Interfax: NATO demonstrates touching care for “Afghan peasants” growing drug crops – FSKN chief

Map of Afghanistan and Environs

MINSK. Nov 28 (Interfax) – Federal Drug Control Service (FSKN) Director Viktor Ivanov says that NATO has failed to contribute to the fight against Afghan illegal drug business.

“We can say that the hopes the world pinned on NATO in the suppression of Afghan drugs were crushed,” Ivanov said at a meeting of the Collective Security Treaty Organization (CSTO) Coordination Council of Leaders of Drug Control Agencies in Minsk on Thursday.
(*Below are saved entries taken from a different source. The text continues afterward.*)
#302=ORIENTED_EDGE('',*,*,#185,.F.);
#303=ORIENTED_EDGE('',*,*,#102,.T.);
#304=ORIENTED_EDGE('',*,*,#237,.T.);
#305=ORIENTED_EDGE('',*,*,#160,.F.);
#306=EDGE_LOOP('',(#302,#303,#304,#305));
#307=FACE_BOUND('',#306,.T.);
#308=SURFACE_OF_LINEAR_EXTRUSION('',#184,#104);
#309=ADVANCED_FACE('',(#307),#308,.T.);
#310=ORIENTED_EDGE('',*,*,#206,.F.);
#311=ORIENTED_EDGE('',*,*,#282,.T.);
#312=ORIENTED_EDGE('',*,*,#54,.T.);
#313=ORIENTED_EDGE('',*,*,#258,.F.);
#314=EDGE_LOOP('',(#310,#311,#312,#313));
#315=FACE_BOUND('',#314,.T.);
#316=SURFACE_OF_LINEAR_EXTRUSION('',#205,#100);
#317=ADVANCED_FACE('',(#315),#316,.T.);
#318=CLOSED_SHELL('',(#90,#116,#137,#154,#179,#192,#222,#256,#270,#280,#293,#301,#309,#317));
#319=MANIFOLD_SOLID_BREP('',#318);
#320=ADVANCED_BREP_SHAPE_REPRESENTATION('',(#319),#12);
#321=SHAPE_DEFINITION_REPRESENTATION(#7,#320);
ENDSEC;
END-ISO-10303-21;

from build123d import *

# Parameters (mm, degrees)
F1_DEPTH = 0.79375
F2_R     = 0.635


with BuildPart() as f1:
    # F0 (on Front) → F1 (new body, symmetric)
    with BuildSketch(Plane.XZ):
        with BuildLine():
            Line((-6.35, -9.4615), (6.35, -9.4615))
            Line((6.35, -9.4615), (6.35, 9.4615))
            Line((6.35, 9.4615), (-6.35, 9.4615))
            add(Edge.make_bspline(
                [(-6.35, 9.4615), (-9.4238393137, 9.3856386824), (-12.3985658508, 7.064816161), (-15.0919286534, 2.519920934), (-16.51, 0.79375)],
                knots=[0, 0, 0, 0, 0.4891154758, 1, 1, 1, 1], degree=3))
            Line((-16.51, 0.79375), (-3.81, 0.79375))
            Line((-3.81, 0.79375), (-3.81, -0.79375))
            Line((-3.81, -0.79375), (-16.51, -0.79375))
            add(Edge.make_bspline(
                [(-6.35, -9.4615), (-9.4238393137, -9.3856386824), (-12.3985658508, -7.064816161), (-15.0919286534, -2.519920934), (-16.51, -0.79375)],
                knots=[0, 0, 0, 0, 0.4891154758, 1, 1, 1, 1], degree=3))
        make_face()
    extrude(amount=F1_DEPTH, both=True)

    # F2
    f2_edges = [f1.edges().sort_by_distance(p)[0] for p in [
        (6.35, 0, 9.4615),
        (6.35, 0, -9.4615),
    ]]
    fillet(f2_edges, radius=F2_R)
“And this is not surprising because the NATO strategic concept does not mention the fight against drugs in Afghanistan,” Ivanov said.
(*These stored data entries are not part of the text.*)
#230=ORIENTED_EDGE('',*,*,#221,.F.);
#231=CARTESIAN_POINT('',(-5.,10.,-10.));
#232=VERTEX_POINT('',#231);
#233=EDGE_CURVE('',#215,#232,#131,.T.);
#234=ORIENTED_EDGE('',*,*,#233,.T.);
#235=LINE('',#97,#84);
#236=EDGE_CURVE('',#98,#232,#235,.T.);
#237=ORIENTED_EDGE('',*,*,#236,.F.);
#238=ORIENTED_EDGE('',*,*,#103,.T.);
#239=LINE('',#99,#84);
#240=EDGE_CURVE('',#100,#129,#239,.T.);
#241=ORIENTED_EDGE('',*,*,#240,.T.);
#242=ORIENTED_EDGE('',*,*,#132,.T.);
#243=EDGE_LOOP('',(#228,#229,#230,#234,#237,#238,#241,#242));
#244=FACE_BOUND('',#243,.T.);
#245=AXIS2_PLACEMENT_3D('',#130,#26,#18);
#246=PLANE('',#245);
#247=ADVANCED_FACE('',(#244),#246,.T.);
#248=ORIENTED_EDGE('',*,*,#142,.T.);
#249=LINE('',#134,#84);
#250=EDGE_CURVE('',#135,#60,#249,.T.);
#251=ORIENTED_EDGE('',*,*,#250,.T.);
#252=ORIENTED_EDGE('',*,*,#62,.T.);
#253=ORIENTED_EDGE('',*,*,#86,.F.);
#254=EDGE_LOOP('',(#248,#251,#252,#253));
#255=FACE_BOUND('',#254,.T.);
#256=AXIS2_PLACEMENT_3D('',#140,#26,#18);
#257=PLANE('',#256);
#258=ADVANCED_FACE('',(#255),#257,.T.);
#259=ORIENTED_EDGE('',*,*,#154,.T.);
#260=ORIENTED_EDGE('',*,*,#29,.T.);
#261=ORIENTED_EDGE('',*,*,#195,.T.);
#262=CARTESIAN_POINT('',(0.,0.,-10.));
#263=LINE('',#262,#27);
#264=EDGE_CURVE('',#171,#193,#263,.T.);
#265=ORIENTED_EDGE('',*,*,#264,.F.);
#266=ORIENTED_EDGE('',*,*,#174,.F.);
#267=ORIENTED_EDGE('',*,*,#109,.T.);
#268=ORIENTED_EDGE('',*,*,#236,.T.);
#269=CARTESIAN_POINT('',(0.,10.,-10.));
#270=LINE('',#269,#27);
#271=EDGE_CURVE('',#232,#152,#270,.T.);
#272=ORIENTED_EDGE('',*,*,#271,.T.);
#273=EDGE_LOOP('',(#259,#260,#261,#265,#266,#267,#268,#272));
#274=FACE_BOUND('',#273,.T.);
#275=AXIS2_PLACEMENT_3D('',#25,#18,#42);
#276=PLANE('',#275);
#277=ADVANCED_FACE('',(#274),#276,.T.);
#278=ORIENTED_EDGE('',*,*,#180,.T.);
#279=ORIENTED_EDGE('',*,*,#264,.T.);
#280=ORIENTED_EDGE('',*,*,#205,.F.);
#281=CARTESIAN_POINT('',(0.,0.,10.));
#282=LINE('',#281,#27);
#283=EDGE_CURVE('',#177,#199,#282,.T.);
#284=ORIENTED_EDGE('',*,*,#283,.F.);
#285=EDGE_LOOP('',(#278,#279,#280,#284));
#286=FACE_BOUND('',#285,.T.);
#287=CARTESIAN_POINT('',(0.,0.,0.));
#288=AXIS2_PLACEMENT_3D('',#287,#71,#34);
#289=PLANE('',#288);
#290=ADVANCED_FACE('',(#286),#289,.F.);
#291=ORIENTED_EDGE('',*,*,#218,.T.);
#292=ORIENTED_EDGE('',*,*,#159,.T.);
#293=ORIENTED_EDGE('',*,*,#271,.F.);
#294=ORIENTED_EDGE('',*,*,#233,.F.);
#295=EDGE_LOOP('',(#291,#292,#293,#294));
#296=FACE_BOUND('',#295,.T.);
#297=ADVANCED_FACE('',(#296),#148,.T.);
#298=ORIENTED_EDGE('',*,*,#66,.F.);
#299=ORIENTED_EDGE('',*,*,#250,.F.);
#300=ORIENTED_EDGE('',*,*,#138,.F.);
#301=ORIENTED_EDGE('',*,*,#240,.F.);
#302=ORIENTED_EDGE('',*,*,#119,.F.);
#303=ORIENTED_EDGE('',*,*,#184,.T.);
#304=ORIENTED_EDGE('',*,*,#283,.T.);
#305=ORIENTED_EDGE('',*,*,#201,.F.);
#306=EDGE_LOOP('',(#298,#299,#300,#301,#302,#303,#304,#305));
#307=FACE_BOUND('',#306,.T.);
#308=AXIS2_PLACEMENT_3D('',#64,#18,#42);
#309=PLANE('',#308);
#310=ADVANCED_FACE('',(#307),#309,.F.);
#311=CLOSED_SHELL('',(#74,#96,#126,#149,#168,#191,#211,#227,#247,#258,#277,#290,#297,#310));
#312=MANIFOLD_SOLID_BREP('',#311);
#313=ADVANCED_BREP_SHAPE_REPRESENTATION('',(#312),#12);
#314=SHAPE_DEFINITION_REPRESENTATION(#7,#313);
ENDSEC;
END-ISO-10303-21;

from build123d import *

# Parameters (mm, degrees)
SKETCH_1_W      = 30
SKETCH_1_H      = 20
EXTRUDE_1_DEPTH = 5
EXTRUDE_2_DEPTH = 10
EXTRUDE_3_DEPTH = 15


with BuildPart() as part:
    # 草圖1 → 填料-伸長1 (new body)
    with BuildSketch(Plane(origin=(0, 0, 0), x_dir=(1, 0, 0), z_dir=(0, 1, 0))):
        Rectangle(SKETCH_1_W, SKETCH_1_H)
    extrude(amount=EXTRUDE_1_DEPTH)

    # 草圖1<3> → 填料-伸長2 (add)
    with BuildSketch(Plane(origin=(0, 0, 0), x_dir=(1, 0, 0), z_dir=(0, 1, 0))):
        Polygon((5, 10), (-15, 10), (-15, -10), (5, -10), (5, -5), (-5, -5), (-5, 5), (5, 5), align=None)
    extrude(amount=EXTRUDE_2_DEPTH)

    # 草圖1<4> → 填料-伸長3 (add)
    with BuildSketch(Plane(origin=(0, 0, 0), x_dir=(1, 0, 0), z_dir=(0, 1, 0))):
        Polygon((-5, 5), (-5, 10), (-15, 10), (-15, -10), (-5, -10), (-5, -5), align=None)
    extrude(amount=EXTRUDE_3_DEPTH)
“Moreover, NATO explains a deficit of its willingness to fight this evil with the touching care for Afghan peasants,” the Russian chief drug enforcer said.

“It is not surprising that NATO has detached itself from the deterrence of drug production in Afghanistan as much as it could instead of developing strategic cooperation,” Ivanov continued.
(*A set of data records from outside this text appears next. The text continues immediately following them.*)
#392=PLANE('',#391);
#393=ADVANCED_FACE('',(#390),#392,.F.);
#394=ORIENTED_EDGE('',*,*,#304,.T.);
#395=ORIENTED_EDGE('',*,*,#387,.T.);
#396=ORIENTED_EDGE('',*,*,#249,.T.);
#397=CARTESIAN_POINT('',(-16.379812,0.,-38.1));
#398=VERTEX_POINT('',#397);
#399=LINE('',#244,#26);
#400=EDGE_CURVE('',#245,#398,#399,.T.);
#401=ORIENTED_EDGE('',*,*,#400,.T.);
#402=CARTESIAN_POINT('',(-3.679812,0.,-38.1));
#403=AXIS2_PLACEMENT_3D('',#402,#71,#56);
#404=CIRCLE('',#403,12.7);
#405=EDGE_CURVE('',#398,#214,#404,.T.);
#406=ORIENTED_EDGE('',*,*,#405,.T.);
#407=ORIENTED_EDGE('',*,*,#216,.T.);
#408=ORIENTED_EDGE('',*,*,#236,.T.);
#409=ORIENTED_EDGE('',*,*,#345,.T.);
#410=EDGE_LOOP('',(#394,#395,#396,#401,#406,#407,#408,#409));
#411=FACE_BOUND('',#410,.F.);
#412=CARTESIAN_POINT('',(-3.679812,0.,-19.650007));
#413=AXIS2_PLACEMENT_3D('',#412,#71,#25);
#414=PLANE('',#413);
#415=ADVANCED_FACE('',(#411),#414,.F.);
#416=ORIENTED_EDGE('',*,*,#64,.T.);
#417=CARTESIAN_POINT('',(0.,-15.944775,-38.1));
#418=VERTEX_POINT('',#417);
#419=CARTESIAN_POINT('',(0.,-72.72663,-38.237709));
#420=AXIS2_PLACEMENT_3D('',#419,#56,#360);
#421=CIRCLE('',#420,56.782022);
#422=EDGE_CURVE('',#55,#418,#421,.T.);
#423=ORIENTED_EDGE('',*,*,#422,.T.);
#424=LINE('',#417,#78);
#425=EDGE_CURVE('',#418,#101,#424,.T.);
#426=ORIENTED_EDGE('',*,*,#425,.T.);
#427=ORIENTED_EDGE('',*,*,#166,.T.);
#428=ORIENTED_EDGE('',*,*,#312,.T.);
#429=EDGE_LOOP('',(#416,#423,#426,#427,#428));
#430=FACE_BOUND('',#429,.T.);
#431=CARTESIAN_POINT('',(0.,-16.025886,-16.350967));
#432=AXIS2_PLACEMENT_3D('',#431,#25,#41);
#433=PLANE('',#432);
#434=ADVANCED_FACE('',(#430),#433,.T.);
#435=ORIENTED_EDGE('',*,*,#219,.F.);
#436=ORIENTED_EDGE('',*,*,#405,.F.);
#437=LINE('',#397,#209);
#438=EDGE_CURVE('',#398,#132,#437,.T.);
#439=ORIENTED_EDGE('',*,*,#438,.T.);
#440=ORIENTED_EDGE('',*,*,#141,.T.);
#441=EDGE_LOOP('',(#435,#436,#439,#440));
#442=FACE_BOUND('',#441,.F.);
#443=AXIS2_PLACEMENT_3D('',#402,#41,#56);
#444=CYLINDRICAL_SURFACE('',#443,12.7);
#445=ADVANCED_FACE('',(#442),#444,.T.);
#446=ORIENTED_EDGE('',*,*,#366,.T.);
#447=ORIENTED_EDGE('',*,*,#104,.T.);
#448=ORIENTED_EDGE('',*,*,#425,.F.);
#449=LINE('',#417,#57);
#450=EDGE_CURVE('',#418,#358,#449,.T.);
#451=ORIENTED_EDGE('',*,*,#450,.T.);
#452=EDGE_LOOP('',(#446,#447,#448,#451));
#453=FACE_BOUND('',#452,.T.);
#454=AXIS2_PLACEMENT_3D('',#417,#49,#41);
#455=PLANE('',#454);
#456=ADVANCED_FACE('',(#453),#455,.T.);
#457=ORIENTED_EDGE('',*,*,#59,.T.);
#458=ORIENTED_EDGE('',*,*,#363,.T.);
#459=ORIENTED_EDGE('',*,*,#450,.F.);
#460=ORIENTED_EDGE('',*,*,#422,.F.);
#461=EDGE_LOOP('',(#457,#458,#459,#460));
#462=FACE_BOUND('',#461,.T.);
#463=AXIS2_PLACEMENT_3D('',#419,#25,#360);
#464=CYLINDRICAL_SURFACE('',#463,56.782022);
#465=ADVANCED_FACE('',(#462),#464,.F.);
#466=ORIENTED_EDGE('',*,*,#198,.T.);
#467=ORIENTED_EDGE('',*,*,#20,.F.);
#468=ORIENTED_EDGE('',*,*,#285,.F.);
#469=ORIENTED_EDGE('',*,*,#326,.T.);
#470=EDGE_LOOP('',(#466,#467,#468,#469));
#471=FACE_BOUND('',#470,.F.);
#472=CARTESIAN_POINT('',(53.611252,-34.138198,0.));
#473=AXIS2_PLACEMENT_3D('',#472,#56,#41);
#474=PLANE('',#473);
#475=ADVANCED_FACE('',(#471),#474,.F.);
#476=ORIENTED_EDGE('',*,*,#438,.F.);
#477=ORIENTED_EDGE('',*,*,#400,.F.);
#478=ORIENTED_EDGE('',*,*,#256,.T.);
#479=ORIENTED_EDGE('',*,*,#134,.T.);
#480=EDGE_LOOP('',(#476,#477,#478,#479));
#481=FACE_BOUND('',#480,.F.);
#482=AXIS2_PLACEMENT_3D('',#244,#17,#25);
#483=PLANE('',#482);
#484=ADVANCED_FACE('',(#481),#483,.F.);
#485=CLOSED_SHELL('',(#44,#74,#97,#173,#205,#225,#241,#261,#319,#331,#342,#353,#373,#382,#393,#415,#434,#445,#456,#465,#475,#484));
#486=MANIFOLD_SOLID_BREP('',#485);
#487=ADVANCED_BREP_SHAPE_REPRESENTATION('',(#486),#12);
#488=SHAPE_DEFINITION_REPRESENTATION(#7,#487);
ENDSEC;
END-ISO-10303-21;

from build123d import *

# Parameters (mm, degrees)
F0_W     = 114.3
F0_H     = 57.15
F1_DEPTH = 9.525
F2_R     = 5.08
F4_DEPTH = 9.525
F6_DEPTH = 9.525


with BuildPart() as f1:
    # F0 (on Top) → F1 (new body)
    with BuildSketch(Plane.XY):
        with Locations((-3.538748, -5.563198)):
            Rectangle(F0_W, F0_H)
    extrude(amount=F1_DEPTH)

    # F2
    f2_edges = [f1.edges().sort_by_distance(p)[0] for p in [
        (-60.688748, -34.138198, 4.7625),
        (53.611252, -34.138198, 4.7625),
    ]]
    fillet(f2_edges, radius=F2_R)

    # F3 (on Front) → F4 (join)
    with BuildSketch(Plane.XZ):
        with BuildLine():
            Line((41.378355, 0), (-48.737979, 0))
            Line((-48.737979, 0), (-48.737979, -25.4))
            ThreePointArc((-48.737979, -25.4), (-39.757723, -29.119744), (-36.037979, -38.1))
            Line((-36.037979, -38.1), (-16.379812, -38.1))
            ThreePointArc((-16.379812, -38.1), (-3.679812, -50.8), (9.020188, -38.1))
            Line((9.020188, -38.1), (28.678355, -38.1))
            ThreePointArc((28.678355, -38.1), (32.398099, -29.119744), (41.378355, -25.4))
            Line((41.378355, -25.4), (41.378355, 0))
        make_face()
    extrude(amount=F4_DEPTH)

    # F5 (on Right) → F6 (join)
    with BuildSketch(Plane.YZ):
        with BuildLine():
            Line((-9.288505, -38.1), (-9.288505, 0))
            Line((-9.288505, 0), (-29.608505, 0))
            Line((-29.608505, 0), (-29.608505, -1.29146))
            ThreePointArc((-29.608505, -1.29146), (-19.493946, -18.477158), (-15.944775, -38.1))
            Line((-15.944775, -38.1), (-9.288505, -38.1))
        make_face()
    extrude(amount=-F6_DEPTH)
“Nine U.S. military bases deployed in Afghanistan, and their legitimatization in the direct proximity to CSTO member countries is obviously the hidden meaning and the essence of the strategy NATO has been implementing for the past 13 years,” he said.

“The CSTO needs to take a new anti-drug position in the context of NATO’s keeping aloof,” Ivanov said. “It would be expedient to offer our NATO partners once again to consider the Russian plan Raduga-2 with a focus on two major issues – the status of drug production in Afghanistan as a threat to world peace and security and the alternative development of Afghanistan,” the service director said.

“It is necessary to rethink the role of the CSTO as the main and, actually, only guarantor of anti-drug security in Eurasia,” Ivanov said. “The simultaneous holding of our CSTO conference in Minsk and the EU Eastern Partnership summit in Vilnius, which is considering further eastward enlargement of the European Union, looks rather symbolic in this light,” he said.

“Alas, the area, which has the most significant public meaning, the drug control area, is somewhat forgotten in the course of this reckless eastward movement of the EU. And this is the most apparent from the specific policy on Afghanistan,” he said.

The Minsk meeting will consider “a CSTO drug control strategy, the establishment of a center to train drug control officers and the opening of a CSTO center of anti-drug operations,” Ivanov concluded.